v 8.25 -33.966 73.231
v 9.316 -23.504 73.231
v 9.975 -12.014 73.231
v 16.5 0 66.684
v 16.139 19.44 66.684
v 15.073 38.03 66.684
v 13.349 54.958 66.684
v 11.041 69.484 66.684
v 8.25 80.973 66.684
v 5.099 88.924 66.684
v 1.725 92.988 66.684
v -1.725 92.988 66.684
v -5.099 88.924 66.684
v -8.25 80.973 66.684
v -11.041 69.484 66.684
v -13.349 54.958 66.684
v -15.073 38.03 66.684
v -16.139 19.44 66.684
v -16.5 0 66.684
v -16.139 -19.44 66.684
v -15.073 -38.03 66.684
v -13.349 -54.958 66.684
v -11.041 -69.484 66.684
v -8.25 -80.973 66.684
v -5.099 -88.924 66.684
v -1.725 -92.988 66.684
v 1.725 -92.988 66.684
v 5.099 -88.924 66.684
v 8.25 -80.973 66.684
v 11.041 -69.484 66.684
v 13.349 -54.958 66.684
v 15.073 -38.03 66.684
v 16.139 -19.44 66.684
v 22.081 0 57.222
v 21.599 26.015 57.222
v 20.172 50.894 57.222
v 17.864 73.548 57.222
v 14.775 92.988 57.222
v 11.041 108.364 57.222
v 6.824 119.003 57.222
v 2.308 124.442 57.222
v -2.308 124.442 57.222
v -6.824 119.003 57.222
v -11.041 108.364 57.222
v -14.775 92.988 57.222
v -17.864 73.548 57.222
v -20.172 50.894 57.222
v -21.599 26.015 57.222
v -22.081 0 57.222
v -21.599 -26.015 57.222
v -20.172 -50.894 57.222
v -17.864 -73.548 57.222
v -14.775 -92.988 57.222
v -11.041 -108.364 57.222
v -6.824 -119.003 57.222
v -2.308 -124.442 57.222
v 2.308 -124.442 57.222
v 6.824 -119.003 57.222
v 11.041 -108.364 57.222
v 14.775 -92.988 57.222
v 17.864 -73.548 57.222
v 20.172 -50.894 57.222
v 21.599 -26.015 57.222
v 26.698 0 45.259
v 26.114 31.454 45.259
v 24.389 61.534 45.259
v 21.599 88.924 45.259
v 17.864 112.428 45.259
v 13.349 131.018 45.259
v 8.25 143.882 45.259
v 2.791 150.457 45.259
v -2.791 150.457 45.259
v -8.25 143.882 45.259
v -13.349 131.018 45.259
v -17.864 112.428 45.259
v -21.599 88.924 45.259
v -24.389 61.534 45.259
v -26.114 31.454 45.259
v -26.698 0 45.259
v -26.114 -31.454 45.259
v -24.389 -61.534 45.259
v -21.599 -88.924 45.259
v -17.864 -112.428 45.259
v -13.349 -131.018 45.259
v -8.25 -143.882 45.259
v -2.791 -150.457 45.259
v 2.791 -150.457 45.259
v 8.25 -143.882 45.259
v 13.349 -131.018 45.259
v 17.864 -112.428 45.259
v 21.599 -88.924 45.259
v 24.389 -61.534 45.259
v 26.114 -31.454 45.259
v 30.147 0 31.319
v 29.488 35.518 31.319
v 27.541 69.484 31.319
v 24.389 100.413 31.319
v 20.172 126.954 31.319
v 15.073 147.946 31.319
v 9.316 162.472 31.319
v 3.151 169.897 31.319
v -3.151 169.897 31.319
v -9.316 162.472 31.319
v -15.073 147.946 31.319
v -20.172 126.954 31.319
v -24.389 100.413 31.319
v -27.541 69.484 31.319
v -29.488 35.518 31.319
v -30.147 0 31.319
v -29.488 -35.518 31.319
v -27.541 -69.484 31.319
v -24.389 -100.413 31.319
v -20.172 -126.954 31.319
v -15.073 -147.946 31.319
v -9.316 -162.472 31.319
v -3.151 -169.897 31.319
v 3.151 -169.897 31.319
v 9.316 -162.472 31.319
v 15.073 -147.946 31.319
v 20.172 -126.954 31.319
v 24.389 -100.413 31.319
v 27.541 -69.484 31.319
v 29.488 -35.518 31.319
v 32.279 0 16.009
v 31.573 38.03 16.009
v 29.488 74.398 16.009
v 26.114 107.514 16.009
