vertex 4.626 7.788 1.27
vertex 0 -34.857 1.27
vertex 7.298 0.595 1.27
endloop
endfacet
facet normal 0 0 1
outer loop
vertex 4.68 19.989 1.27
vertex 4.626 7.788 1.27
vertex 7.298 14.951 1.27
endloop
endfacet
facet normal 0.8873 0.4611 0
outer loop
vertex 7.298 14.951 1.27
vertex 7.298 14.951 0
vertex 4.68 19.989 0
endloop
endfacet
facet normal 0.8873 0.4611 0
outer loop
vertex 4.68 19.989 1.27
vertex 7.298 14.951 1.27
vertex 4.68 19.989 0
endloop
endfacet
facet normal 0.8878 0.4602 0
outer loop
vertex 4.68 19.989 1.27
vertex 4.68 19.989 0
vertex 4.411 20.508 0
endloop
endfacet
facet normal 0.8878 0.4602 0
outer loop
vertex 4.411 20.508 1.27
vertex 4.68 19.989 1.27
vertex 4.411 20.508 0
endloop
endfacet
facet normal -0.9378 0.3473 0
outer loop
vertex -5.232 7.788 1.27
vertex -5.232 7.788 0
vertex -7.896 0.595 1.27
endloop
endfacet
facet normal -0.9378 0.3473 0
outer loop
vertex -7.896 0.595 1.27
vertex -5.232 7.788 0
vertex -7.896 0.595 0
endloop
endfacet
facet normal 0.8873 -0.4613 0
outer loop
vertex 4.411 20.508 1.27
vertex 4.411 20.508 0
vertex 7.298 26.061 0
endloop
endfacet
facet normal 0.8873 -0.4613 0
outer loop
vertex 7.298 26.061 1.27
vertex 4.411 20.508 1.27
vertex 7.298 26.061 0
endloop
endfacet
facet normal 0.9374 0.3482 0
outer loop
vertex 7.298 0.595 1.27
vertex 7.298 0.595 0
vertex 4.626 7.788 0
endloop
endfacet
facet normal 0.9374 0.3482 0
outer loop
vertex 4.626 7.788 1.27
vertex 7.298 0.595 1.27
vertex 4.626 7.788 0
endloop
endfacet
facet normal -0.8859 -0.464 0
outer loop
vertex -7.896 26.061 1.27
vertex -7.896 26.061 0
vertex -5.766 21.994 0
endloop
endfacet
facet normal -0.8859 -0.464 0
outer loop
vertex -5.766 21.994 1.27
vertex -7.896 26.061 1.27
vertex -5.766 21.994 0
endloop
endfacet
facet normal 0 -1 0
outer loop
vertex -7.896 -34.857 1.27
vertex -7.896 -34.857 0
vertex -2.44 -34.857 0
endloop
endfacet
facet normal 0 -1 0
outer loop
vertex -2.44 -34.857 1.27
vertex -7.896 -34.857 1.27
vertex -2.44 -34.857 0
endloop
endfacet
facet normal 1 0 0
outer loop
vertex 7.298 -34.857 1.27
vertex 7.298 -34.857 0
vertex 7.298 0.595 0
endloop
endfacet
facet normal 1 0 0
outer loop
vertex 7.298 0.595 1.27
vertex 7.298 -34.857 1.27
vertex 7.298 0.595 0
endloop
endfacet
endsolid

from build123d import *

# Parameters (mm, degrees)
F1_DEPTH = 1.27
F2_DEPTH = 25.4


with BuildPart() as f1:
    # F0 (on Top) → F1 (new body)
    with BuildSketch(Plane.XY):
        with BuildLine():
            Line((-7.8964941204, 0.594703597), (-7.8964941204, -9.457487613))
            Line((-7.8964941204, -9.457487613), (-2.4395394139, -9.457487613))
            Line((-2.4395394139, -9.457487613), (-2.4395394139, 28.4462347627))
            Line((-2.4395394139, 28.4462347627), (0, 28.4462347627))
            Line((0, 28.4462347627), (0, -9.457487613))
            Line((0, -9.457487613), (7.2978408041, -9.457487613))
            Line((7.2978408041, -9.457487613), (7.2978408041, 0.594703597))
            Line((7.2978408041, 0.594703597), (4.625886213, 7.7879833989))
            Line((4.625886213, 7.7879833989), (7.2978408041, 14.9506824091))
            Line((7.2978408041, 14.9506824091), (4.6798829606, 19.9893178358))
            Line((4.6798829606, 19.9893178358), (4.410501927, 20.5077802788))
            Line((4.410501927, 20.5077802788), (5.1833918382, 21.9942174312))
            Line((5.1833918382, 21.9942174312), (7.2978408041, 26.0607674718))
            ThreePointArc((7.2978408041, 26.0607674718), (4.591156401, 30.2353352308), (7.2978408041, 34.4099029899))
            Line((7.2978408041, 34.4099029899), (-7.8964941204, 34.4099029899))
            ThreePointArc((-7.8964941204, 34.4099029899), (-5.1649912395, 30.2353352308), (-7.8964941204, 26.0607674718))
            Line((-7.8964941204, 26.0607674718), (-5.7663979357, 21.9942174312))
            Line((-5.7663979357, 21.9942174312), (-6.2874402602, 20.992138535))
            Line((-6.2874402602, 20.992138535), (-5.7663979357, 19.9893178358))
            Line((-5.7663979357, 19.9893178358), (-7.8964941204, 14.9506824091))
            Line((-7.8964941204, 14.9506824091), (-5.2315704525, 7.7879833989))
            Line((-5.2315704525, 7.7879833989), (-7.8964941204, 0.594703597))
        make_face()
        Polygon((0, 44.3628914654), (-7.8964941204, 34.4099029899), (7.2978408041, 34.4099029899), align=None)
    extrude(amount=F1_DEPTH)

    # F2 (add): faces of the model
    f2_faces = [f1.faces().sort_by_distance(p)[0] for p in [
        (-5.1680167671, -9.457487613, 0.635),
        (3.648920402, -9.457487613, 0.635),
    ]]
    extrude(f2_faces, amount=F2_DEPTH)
========================================
▸ **EXERCISE BRIEF**:
Only the lines above from the line containing "v -17.864 73.548 57.222" through the line containing "v 20.172 126.954 31.319" should be retyped, exactly and with both ends included.

▸ **ANSWER SPACE**:
v -17.864 73.548 57.222
v -20.172 50.894 57.222
v -21.599 26.015 57.222
v -22.081 0 57.222
v -21.599 -26.015 57.222
v -20.172 -50.894 57.222
v -17.864 -73.548 57.222
v -14.775 -92.988 57.222
v -11.041 -108.364 57.222
v -6.824 -119.003 57.222
v -2.308 -124.442 57.222
v 2.308 -124.442 57.222
v 6.824 -119.003 57.222
v 11.041 -108.364 57.222
v 14.775 -92.988 57.222
v 17.864 -73.548 57.222
v 20.172 -50.894 57.222
v 21.599 -26.015 57.222
v 26.698 0 45.259
v 26.114 31.454 45.259
v 24.389 61.534 45.259
v 21.599 88.924 45.259
v 17.864 112.428 45.259
v 13.349 131.018 45.259
v 8.25 143.882 45.259
v 2.791 150.457 45.259
v -2.791 150.457 45.259
v -8.25 143.882 45.259
v -13.349 131.018 45.259
v -17.864 112.428 45.259
v -21.599 88.924 45.259
v -24.389 61.534 45.259
v -26.114 31.454 45.259
v -26.698 0 45.259
v -26.114 -31.454 45.259
v -24.389 -61.534 45.259
v -21.599 -88.924 45.259
v -17.864 -112.428 45.259
v -13.349 -131.018 45.259
v -8.25 -143.882 45.259
v -2.791 -150.457 45.259
v 2.791 -150.457 45.259
v 8.25 -143.882 45.259
v 13.349 -131.018 45.259
v 17.864 -112.428 45.259
v 21.599 -88.924 45.259
v 24.389 -61.534 45.259
v 26.114 -31.454 45.259
v 30.147 0 31.319
v 29.488 35.518 31.319
v 27.541 69.484 31.319
v 24.389 100.413 31.319
v 20.172 126.954 31.319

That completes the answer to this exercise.